Possible reordering of floating point arithmetic in CUDA.jl

(Also posted on SO)
I have a very simple kernel.

function kernel!(u, r, β::Number)
    u .= u .* β .+ r

Clearly, it is embarrassingly parallel. I execute in on both the CPU and the GPU like so.
(You might have to run this more than once since test cases are generated randomly, but I am yet to run into an accidental pass on my machine).

using Test
using CUDA
using LinearAlgebra: norm

@testset "What is my GPU doing?" begin
    N = 1024
    u = rand(N)
    u_cu = CuVector(u)
    @test Vector(u_cu) == u  # OK
    r = rand(N)
    r_cu = CuVector(r)
    @test Vector(r_cu) == r  # OK
    β = 3.0
    u .= u .* β .+ r
    u_cu .= u_cu .* β .+ r_cu
    @test_broken u == u_cu   # BROKEN
    @test norm(u - Vector(u_cu)) < 1.0e-14  # OK
    @test eltype(u_cu) === eltype(u)  # OK

So, the final result seems to have a margin of error around the machine epsilon. Which leads me to guess that one of them is reordering the operations since floating point arithmetic is not associative. I would like to get them to behave exactly the same.

  1. How can I check if reordering really is the case, or whether it is something else?
  2. How can I get them to give the exact same result?

Your example consistently passes here. Which version of Julia and CUDA.jl are you using, and on which device?

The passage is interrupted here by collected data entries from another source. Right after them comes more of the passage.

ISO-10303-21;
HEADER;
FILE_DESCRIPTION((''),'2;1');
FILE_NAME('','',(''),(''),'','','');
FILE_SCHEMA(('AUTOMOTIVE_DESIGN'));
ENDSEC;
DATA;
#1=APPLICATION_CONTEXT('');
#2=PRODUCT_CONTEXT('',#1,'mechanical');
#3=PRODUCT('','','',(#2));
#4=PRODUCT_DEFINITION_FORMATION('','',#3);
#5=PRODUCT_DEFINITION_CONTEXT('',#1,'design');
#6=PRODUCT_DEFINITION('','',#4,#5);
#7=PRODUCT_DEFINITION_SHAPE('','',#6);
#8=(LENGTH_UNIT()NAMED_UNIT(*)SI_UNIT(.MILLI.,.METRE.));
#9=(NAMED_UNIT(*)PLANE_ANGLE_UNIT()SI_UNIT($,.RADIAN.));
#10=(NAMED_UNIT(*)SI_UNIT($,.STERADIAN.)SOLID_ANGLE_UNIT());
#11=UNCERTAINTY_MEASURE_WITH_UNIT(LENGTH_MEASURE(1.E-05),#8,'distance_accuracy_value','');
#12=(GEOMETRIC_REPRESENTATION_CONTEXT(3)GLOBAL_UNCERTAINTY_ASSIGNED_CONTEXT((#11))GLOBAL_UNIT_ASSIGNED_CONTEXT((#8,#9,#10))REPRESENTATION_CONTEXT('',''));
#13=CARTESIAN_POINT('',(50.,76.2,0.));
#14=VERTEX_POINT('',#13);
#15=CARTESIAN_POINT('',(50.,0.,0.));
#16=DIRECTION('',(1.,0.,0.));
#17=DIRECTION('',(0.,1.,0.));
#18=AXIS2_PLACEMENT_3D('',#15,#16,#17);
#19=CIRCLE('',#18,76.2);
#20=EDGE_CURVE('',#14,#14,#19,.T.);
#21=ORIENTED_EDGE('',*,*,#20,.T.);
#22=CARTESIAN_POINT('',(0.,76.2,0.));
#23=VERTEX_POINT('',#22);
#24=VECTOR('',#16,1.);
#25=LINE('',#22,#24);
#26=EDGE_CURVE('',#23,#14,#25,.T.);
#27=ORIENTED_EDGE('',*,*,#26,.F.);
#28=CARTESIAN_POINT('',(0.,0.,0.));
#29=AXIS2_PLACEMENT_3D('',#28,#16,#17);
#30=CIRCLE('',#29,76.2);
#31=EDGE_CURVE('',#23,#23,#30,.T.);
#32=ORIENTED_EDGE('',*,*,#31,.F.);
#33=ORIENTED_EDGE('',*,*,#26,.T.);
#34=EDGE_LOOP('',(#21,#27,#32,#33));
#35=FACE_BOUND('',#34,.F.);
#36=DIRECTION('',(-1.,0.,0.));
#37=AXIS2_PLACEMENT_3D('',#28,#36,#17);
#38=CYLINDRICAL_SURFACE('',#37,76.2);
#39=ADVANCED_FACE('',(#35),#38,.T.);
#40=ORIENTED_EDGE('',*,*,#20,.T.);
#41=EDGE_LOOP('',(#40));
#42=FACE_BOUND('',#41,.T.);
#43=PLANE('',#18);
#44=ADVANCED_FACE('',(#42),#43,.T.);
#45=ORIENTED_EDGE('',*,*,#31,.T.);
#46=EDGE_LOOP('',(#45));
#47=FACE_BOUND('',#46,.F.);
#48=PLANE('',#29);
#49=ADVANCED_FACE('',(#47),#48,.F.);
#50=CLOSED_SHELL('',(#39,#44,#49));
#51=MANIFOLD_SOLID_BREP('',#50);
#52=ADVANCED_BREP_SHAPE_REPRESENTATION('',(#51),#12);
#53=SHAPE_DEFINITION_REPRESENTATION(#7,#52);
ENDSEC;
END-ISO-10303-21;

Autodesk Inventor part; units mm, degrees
ref_plane "YZ Plane" through (0, 0, 0) normal (1, 0, 0) x (0, 1, 0)
ref_plane "XZ Plane" through (0, 0, 0) normal (0, 1, 0) x (-1, 0, 0)
ref_plane "XY Plane" through (0, 0, 0) normal (0, 0, 1) x (1, 0, 0)
sketch "Sketch1" plane through (0, 0, 0) normal (1, 0, 0) x (0, 1, 0)
  circle A0 centre (0, 0) radius 76.2
  dimension "d0" = 152.4
extrude "Extrusion1" add sketch "Sketch1" along normal blind 50
equation "\"d0\" = Wheel_Diametre"
equation "\"Chassi_CentreDrop\" = 4"
equation "\"WheelBay_Depth\" = 55"
equation "\"Chassi_GroundClearance\" = 10.116"
equation "\"Wheel_Diametre\" = 152.4"
equation "\"Wheel_Seperation\" = 285.75"
equation "\"Wheel_HeightOffset\" = 4"
equation "\"Wheel_Clearance\" = 13.05"
equation "\"Wheel_CentreDrop\" = 4"
equation "\"Wheel_Seperation2\" = 194.33333"
equation "\"Wheel_HeightOffset2\" = 4"
equation "\"Wheel_Diametre2\" = 101.6"
equation "\"Wheel_Clearance2\" = 32.7"
equation "\"Chain_Pitch\" = 9.525"
equation "\"Wheel_MaxSeperation\" = 285.75"
equation "\"Wheel_CCSpan\" = 571.5"
equation "\"Wheel_CCSpan2\" = 471.5"
equation "\"Wheel_MaxSeperation2\" = 190.5"
equation "\"MotorholeHorizontal\" = 95.01318"
equation "\"Chassi_SideRivetSpacing\" = 37.5"
equation "\"OutputshaftTopOffset\" = 30.058"
equation "\"MotorholeCC\" = 95.25"
equation "\"Heightfromcenter\" = 6.7125"
equation "\"Sprocket_Thickness\" = 10.668"
equation "\"BumperMountingBarOffset\" = 177.8"
properties part number "WHEEL"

You can check the generated code and compare, e.g., at the LLVM level using @code_llvm for the CPU and @device_code_llvm for the GPU, or @code_native and @device_code_sass to compare assembly. CUDA.jl is a little more aggressive than Julia wrt. generating FMAs, CUDA.jl/src/initialization.jl at 81702670fe41dbf0aef99d8d0b14385518b35d34 · JuliaGPU/CUDA.jl · GitHub, so that may be a source of small differences.

1 Like

I am using Julia 1.9, CUDA.jl 4.0.1, NVIDIA GeForce GTX 1650. I could not quite figure out how to use cuDeviceGetProperties, or I would have added more information.

On using @code_native I found that Base.fma was explicitly required to use FMAs. I am not used to reading sass, but I think this line is an FMA in the output of @code_device_sass: DFMA R6, R6, c[0x0][0x1b8], R8 ;.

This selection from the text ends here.